For example, if one wants to iterate but only stop at specific values, one can choose:
integrator = init(prob,Tsit5();dt=1//2^(4),tstops=[0.5],advance_to_tstop=true)
for (t,u) in tuples(integrator)
@test t ∈ [0.5,1.0]
end
which will only enter the loop body at the values in tstops
(here, prob.tspan[2]==1.0
and thus there are two values of tstops
which are hit). Addtionally, one can solve!
only to 0.5
via:
integrator = init(prob,Tsit5();dt=1//2^(4),tstops=[0.5])

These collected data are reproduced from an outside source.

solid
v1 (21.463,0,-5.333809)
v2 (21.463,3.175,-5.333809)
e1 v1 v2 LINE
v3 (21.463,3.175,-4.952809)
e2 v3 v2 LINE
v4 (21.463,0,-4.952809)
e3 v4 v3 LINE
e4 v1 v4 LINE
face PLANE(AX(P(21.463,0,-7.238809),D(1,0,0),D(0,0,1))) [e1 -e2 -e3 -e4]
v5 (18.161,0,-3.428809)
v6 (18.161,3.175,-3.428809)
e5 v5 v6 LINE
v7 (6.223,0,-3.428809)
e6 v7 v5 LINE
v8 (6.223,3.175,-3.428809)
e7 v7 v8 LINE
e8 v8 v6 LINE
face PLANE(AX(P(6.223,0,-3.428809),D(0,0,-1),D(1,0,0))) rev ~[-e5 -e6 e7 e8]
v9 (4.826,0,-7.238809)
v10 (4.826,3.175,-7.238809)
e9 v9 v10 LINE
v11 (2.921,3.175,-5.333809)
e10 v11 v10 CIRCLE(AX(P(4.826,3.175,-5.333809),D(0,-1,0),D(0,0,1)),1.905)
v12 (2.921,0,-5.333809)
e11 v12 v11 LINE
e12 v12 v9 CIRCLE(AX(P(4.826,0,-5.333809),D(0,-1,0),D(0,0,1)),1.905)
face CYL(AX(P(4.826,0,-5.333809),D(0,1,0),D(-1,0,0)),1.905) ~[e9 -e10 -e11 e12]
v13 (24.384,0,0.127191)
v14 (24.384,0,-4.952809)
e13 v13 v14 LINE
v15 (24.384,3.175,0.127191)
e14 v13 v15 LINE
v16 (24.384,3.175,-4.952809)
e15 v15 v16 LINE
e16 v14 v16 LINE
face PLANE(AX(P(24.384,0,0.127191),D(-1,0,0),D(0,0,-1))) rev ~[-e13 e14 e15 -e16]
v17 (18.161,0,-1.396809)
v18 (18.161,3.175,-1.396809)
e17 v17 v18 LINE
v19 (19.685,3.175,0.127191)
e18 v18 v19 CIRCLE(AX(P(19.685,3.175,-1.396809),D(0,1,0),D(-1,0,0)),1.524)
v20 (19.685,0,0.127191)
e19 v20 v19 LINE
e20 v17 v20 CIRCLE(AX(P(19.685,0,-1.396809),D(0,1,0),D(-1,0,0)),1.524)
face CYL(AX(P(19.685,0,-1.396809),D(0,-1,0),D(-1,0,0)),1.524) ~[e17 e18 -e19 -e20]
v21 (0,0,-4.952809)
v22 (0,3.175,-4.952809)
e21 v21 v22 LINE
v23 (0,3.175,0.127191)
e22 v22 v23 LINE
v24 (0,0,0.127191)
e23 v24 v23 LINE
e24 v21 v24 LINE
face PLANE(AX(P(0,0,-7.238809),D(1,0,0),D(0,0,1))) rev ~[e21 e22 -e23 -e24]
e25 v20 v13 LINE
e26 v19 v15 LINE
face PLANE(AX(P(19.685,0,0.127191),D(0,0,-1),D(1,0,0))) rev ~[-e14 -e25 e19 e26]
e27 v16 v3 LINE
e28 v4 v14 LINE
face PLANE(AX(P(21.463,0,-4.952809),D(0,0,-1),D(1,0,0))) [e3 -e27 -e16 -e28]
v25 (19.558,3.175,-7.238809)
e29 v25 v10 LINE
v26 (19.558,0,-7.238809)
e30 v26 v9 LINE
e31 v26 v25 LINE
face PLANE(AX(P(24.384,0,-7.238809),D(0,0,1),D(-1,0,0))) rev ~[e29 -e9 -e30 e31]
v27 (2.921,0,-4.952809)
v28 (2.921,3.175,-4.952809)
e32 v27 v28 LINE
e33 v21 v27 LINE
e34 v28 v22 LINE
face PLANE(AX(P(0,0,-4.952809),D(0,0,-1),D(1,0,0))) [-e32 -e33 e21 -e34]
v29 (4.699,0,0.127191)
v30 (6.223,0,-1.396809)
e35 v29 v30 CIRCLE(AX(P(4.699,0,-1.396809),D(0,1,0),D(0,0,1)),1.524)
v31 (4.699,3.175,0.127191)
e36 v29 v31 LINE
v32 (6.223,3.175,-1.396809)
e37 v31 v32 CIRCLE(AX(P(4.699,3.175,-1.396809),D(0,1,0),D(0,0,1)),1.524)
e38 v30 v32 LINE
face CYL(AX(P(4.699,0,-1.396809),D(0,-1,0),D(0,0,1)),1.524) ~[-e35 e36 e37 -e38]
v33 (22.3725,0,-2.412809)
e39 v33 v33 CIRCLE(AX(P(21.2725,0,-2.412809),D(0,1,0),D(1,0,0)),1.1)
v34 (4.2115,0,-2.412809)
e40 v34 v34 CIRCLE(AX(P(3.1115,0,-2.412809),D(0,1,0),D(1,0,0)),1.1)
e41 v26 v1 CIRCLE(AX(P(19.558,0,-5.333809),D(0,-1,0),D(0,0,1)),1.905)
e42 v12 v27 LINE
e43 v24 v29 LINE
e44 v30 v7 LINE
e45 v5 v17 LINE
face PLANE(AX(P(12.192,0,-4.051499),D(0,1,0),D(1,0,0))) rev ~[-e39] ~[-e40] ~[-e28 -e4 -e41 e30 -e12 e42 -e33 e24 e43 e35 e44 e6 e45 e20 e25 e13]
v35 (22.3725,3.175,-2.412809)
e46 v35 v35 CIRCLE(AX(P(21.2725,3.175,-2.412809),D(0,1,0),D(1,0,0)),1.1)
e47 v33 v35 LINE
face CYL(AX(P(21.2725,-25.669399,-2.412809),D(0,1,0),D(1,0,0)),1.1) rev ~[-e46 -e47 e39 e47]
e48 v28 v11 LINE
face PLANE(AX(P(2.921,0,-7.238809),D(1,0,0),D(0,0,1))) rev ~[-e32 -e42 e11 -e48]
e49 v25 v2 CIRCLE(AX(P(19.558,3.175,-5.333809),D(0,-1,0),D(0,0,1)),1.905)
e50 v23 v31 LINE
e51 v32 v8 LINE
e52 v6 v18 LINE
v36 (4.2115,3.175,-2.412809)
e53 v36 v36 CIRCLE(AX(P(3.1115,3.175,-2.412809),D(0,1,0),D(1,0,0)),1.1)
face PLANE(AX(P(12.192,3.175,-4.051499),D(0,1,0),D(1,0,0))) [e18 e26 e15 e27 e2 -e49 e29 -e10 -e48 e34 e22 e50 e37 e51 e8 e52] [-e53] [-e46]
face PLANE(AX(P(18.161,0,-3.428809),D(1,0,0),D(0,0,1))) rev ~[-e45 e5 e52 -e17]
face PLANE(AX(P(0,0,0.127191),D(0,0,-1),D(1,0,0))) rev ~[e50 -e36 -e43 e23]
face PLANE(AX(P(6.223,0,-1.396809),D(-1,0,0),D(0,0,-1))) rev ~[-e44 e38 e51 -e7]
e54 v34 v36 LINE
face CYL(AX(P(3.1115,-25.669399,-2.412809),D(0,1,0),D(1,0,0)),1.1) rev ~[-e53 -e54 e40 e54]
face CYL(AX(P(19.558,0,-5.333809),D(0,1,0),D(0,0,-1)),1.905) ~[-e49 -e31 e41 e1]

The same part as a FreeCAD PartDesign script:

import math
import FreeCAD as App
import Part
import Sketcher

V = App.Vector
Q = App.Units.Quantity


def edges_at(feature, points):
    """Names of the edges that pass closest to the given points."""
    edges = feature.Shape.Edges
    near = lambda p: min(range(len(edges)), key=lambda i: edges[i].distToShape(Part.Vertex(*p))[0])
    return sorted({f"Edge{near(p) + 1}" for p in points})


def add_polygon(sketch, points):
    """Adds a closed chain of lines whose ends are joined by coincident constraints."""
    first, n = sketch.GeometryCount, len(points)
    for a, b in zip(points, points[1:] + points[:1]):
        sketch.addGeometry(Part.LineSegment(App.Vector(*a, 0), App.Vector(*b, 0)), False)
    for i in range(n):
        sketch.addConstraint(Sketcher.Constraint("Coincident", first + i, 2, first + (i + 1) % n, 1))

doc = App.newDocument("Part")
params = doc.addObject("Spreadsheet::Sheet", "Params")
for row, (alias, value) in enumerate([
    ("sketch1_radius", "0.06 in"),
    ("sketch1_width", "0.47 in"),
    ("sketch1_width2", "0.96 in"),
    ("sketch1_height", "0.08 in"),
    ("sketch1_height2", "0.29 in"),
    ("pad1_length", "0.125 in"),
    ("hole_diameter", "2.2 mm"),
    ("sketch3_height", "0.09 in"),
    ("sketch3_width", "0.115 in"),
    ("fillet_radius", "0.075 in"),
], start=1):
    params.set(f"A{row}", alias)
    params.set(f"B{row}", "=" + value)
    params.setAlias(f"B{row}", alias)

body = doc.addObject("PartDesign::Body", "Body")

sketch1 = doc.addObject("Sketcher::SketchObject", "Sketch")
body.addObject(sketch1)
sketch1.AttachmentSupport = (doc.XZ_Plane, [""])
sketch1.MapMode = "FlatFace"
sketch1.addGeometry(Part.LineSegment(V(0, 0.1, 0), V(4.7, 0.1, 0)), False)
sketch1.addGeometry(Part.ArcOfCircle(Part.Circle(V(4.7, -1.4, 0), V(0, 0, 1), 1.5), math.radians(0), math.radians(90)), False)
sketch1.addGeometry(Part.LineSegment(V(6.2, -1.4, 0), V(6.2, -3.4, 0)), False)
sketch1.addGeometry(Part.LineSegment(V(6.2, -3.4, 0), V(18.2, -3.4, 0)), False)
sketch1.addGeometry(Part.LineSegment(V(18.2, -3.4, 0), V(18.2, -1.4, 0)), False)
sketch1.addGeometry(Part.ArcOfCircle(Part.Circle(V(19.7, -1.4, 0), V(0, 0, 1), 1.5), math.radians(90), math.radians(180)), False)
sketch1.addGeometry(Part.LineSegment(V(19.7, 0.1, 0), V(24.4, 0.1, 0)), False)
sketch1.addGeometry(Part.LineSegment(V(24.4, 0.1, 0), V(24.4, -7.2, 0)), False)
sketch1.addGeometry(Part.LineSegment(V(24.4, -7.2, 0), V(0, -7.2, 0)), False)
sketch1.addGeometry(Part.LineSegment(V(0, -7.2, 0), V(0, 0.1, 0)), False)
sketch1.addConstraint(Sketcher.Constraint("Tangent", 0, 2, 1, 2))
sketch1.addConstraint(Sketcher.Constraint("Tangent", 1, 1, 2, 1))
sketch1.addConstraint(Sketcher.Constraint("Coincident", 2, 2, 3, 1))
sketch1.addConstraint(Sketcher.Constraint("Coincident", 3, 2, 4, 1))
sketch1.addConstraint(Sketcher.Constraint("Tangent", 4, 2, 5, 2))
sketch1.addConstraint(Sketcher.Constraint("Tangent", 5, 1, 6, 1))
sketch1.addConstraint(Sketcher.Constraint("Coincident", 6, 2, 7, 1))
sketch1.addConstraint(Sketcher.Constraint("Coincident", 7, 2, 8, 1))
sketch1.addConstraint(Sketcher.Constraint("Coincident", 8, 2, 9, 1))
sketch1.addConstraint(Sketcher.Constraint("Coincident", 9, 2, 0, 1))
sketch1.addConstraint(Sketcher.Constraint("Horizontal", 0))
sketch1.addConstraint(Sketcher.Constraint("Vertical", 2))
sketch1.addConstraint(Sketcher.Constraint("Horizontal", 3))
sketch1.addConstraint(Sketcher.Constraint("Vertical", 4))
sketch1.addConstraint(Sketcher.Constraint("Horizontal", 6))
sketch1.addConstraint(Sketcher.Constraint("Vertical", 7))
sketch1.addConstraint(Sketcher.Constraint("Horizontal", 8))
sketch1.addConstraint(Sketcher.Constraint("Vertical", 9))
sketch1.addConstraint(Sketcher.Constraint("Equal", 1, 5))
sketch1.addConstraint(Sketcher.Constraint("PointOnObject", 8, 2, -2))
sketch1.addConstraint(Sketcher.Constraint("Horizontal", 1, 3, 5, 3))
sketch1.addConstraint(Sketcher.Constraint("Equal", 0, 6))
sketch1.addConstraint(Sketcher.Constraint("Radius", 1, Q("0.06 in")))
sketch1.addConstraint(Sketcher.Constraint("DistanceX", 3, 1, 3, 2, Q("0.47 in")))
sketch1.addConstraint(Sketcher.Constraint("DistanceX", 8, 2, 8, 1, Q("0.96 in")))
sketch1.addConstraint(Sketcher.Constraint("DistanceY", 2, 2, 2, 1, Q("0.08 in")))
sketch1.addConstraint(Sketcher.Constraint("DistanceY", 7, 2, 7, 1, Q("0.29 in")))
sketch1.addConstraint(Sketcher.Constraint("DistanceY", 1, 3, -1, 1, 1.396809))
sketch1.setExpression("Constraints[22]", "Params.sketch1_radius")
sketch1.setExpression("Constraints[23]", "Params.sketch1_width")
sketch1.setExpression("Constraints[24]", "Params.sketch1_width2")
sketch1.setExpression("Constraints[25]", "Params.sketch1_height")
sketch1.setExpression("Constraints[26]", "Params.sketch1_height2")
pad1 = doc.addObject("PartDesign::Pad", "Pad")
body.addObject(pad1)
pad1.Profile = sketch1
pad1.setExpression("Length", "Params.pad1_length")
pad1.Reversed = True

sketch2 = doc.addObject("Sketcher::SketchObject", "Sketch001")
body.addObject(sketch2)
sketch2.AttachmentSupport = (doc.XZ_Plane, [""])
sketch2.MapMode = "FlatFace"
sketch2.addGeometry(Part.Circle(V(3.1, -2.4, 0), V(0, 0, 1), 1.1), False)
sketch2.addGeometry(Part.Circle(V(21.3, -2.4, 0), V(0, 0, 1), 1.1), False)
sketch2.addConstraint(Sketcher.Constraint("Equal", 0, 1))
sketch2.addConstraint(Sketcher.Constraint("Horizontal", 0, 3, 1, 3))
sketch2.addConstraint(Sketcher.Constraint("Diameter", 0, 2.2))
sketch2.addConstraint(Sketcher.Constraint("DistanceX", 0, 3, 1, 3, Q("0.715 in")))
sketch2.addConstraint(Sketcher.Constraint("DistanceX", -1, 1, 0, 3, Q("0.1225 in")))
sketch2.addConstraint(Sketcher.Constraint("DistanceY", 0, 3, -1, 1, 2.412809))
doc.recompute()
hole = doc.addObject("PartDesign::Hole", "Hole")
body.addObject(hole)
hole.Profile = sketch2
hole.ThreadType = "None"
hole.setExpression("Diameter", "Params.hole_diameter")
hole.DepthType = "ThroughAll"

sketch3 = doc.addObject("Sketcher::SketchObject", "Sketch002")
body.addObject(sketch3)
sketch3.AttachmentSupport = (doc.XZ_Plane, [""])
sketch3.MapMode = "FlatFace"
add_polygon(sketch3, [(21.5, -5), (21.5, -7.2), (24.4, -7.2), (24.4, -5)])
add_polygon(sketch3, [(0, -5), (0, -7.2), (2.9, -7.2), (2.9, -5)])
sketch3.addConstraint(Sketcher.Constraint("Vertical", 0))
sketch3.addConstraint(Sketcher.Constraint("Horizontal", 1))
sketch3.addConstraint(Sketcher.Constraint("Vertical", 2))
sketch3.addConstraint(Sketcher.Constraint("Horizontal", 3))
sketch3.addConstraint(Sketcher.Constraint("Vertical", 4))
sketch3.addConstraint(Sketcher.Constraint("Horizontal", 5))
sketch3.addConstraint(Sketcher.Constraint("Vertical", 6))
sketch3.addConstraint(Sketcher.Constraint("Horizontal", 7))
sketch3.addConstraint(Sketcher.Constraint("PointOnObject", 4, 2, -2))
sketch3.addConstraint(Sketcher.Constraint("Horizontal", 1, 2, 4, 2))
sketch3.addConstraint(Sketcher.Constraint("Horizontal", 3, 2, 6, 2))
sketch3.addConstraint(Sketcher.Constraint("Equal", 3, 5))
sketch3.addConstraint(Sketcher.Constraint("DistanceY", 0, 2, 0, 1, Q("0.09 in")))
sketch3.addConstraint(Sketcher.Constraint("DistanceX", 1, 1, 1, 2, Q("0.115 in")))
sketch3.addConstraint(Sketcher.Constraint("DistanceX", -1, 1, 1, 2, Q("0.96 in")))
sketch3.addConstraint(Sketcher.Constraint("DistanceY", 0, 2, -1, 1, 7.238809))
sketch3.setExpression("Constraints[20]", "Params.sketch3_height")
sketch3.setExpression("Constraints[21]", "Params.sketch3_width")
pocket1 = doc.addObject("PartDesign::Pocket", "Pocket")
body.addObject(pocket1)
pocket1.Profile = sketch3
pocket1.Type = "ThroughAll"
doc.recompute()

fillet = doc.addObject("PartDesign::Fillet", "Fillet")
body.addObject(fillet)
fillet.Base = (pocket1, edges_at(pocket1, [(21.463, 1.587, -7.239), (2.921, 1.587, -7.239)]))
fillet.setExpression("Radius", "Params.fillet_radius")

doc.recompute()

integrator.opts.stop_at_next_tstop = true
solve!(integrator)
Plot Recipe
Like the Solution
type, a plot recipe is provided for the Integrator
type. Since the Integrator
type is a local state type on the current interval, plot(integrator)
returns the solution on the current interval. The same options for the plot recipe are provided as for sol
, meaning one can choose variables via the vars
keyword argument, or change the plotdensity
/ turn on/off denseplot
.
Additionally, since the integrator
is an integrator, this can be used in the Plots.jl animate
command to iteratively build an animation of the solution while solving the differential equation.
For an example of manually chaining together the iterator interface and plotting, one should try the following:
using DifferentialEquations, DiffEqProblemLibrary, Plots
# Linear ODE which starts at 0.5 and solves from t=0.0 to t=1.0
prob = ODEProblem((t,u)->1.01u,0.5,(0.0,1.0))
using Plots
integrator = init(prob,Tsit5();dt=1//2^(4),tstops=[0.5])
pyplot(show=true)
plot(integrator)
for i in integrator
display(plot!(integrator,vars=(0,1),legend=false))
end
step!(integrator); plot!(integrator,vars=(0,1),legend=false)
savefig("iteratorplot.png")